Directions for this task -> Your answer must match the entries below word for word.

Supplied records ->
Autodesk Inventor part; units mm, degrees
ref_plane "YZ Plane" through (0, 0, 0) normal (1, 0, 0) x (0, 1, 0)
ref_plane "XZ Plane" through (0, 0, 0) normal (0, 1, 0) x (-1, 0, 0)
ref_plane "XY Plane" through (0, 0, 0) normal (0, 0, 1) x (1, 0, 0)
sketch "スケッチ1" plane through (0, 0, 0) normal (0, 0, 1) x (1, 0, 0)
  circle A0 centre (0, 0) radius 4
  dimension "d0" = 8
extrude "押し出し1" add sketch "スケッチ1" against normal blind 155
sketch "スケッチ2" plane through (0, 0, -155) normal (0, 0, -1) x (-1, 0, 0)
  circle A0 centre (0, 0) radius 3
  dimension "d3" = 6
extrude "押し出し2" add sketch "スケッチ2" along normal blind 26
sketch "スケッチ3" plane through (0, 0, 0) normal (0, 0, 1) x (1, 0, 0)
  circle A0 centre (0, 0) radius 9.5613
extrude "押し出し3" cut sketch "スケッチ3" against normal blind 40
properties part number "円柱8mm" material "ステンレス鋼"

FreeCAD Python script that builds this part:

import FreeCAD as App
import Part
import Sketcher

doc = App.newDocument("Part")
body = doc.addObject("PartDesign::Body", "Body")

sketch1 = body.newObject("Sketcher::SketchObject", "Sketch")
sketch1.AttachmentSupport = (doc.getObject("XY_Plane"), [""])
sketch1.MapMode = "FlatFace"
sketch1.addGeometry(Part.Circle(App.Vector(0, 0, 0), App.Vector(0, 0, 1), 4), False)
sketch1.addConstraint(Sketcher.Constraint("Coincident", 0, 3, -1, 1))
sketch1.addConstraint(Sketcher.Constraint("Diameter", 0, 8.0))
pad1 = body.newObject("PartDesign::Pad", "Pad")
pad1.Profile = sketch1
pad1.Length = 155
pad1.Reversed = True

sketch2 = body.newObject("Sketcher::SketchObject", "Sketch001")
sketch2.AttachmentSupport = (doc.getObject("XY_Plane"), [""])
sketch2.MapMode = "FlatFace"
sketch2.AttachmentOffset = App.Placement(App.Vector(0, 0, -155), App.Rotation())
sketch2.addGeometry(Part.Circle(App.Vector(0, 0, 0), App.Vector(0, 0, 1), 3), False)
sketch2.addConstraint(Sketcher.Constraint("Coincident", 0, 3, -1, 1))
sketch2.addConstraint(Sketcher.Constraint("Diameter", 0, 6.0))
pad2 = body.newObject("PartDesign::Pad", "Pad001")
pad2.Profile = sketch2
pad2.Length = 26
pad2.Reversed = True

sketch3 = body.newObject("Sketcher::SketchObject", "Sketch002")
sketch3.AttachmentSupport = (doc.getObject("XY_Plane"), [""])
sketch3.MapMode = "FlatFace"
sketch3.addGeometry(Part.Circle(App.Vector(0, 0, 0), App.Vector(0, 0, 1), 9.5613), False)
sketch3.addConstraint(Sketcher.Constraint("Coincident", 0, 3, -1, 1))
sketch3.addConstraint(Sketcher.Constraint("Diameter", 0, 19.1226))
pocket1 = body.newObject("PartDesign::Pocket", "Pocket")
pocket1.Profile = sketch3
pocket1.Length = 40

doc.recompute()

Task solution ->
Autodesk Inventor part; units mm, degrees
ref_plane "YZ Plane" through (0, 0, 0) normal (1, 0, 0) x (0, 1, 0)
ref_plane "XZ Plane" through (0, 0, 0) normal (0, 1, 0) x (-1, 0, 0)
ref_plane "XY Plane" through (0, 0, 0) normal (0, 0, 1) x (1, 0, 0)
sketch "スケッチ1" plane through (0, 0, 0) normal (0, 0, 1) x (1, 0, 0)
  circle A0 centre (0, 0) radius 4
  dimension "d0" = 8
extrude "押し出し1" add sketch "スケッチ1" against normal blind 155
sketch "スケッチ2" plane through (0, 0, -155) normal (0, 0, -1) x (-1, 0, 0)
  circle A0 centre (0, 0) radius 3
  dimension "d3" = 6
extrude "押し出し2" add sketch "スケッチ2" along normal blind 26
sketch "スケッチ3" plane through (0, 0, 0) normal (0, 0, 1) x (1, 0, 0)
  circle A0 centre (0, 0) radius 9.5613
extrude "押し出し3" cut sketch "スケッチ3" against normal blind 40
properties part number "円柱8mm" material "ステンレス鋼"

FreeCAD Python script that builds this part:

import FreeCAD as App
import Part
import Sketcher

doc = App.newDocument("Part")
body = doc.addObject("PartDesign::Body", "Body")

sketch1 = body.newObject("Sketcher::SketchObject", "Sketch")
sketch1.AttachmentSupport = (doc.getObject("XY_Plane"), [""])
sketch1.MapMode = "FlatFace"
sketch1.addGeometry(Part.Circle(App.Vector(0, 0, 0), App.Vector(0, 0, 1), 4), False)
sketch1.addConstraint(Sketcher.Constraint("Coincident", 0, 3, -1, 1))
sketch1.addConstraint(Sketcher.Constraint("Diameter", 0, 8.0))
pad1 = body.newObject("PartDesign::Pad", "Pad")
pad1.Profile = sketch1
pad1.Length = 155
pad1.Reversed = True

sketch2 = body.newObject("Sketcher::SketchObject", "Sketch001")
sketch2.AttachmentSupport = (doc.getObject("XY_Plane"), [""])
sketch2.MapMode = "FlatFace"
sketch2.AttachmentOffset = App.Placement(App.Vector(0, 0, -155), App.Rotation())
sketch2.addGeometry(Part.Circle(App.Vector(0, 0, 0), App.Vector(0, 0, 1), 3), False)
sketch2.addConstraint(Sketcher.Constraint("Coincident", 0, 3, -1, 1))
sketch2.addConstraint(Sketcher.Constraint("Diameter", 0, 6.0))
pad2 = body.newObject("PartDesign::Pad", "Pad001")
pad2.Profile = sketch2
pad2.Length = 26
pad2.Reversed = True

sketch3 = body.newObject("Sketcher::SketchObject", "Sketch002")
sketch3.AttachmentSupport = (doc.getObject("XY_Plane"), [""])
sketch3.MapMode = "FlatFace"
sketch3.addGeometry(Part.Circle(App.Vector(0, 0, 0), App.Vector(0, 0, 1), 9.5613), False)
sketch3.addConstraint(Sketcher.Constraint("Coincident", 0, 3, -1, 1))
sketch3.addConstraint(Sketcher.Constraint("Diameter", 0, 19.1226))
pocket1 = body.newObject("PartDesign::Pocket", "Pocket")
pocket1.Profile = sketch3
pocket1.Length = 40

doc.recompute()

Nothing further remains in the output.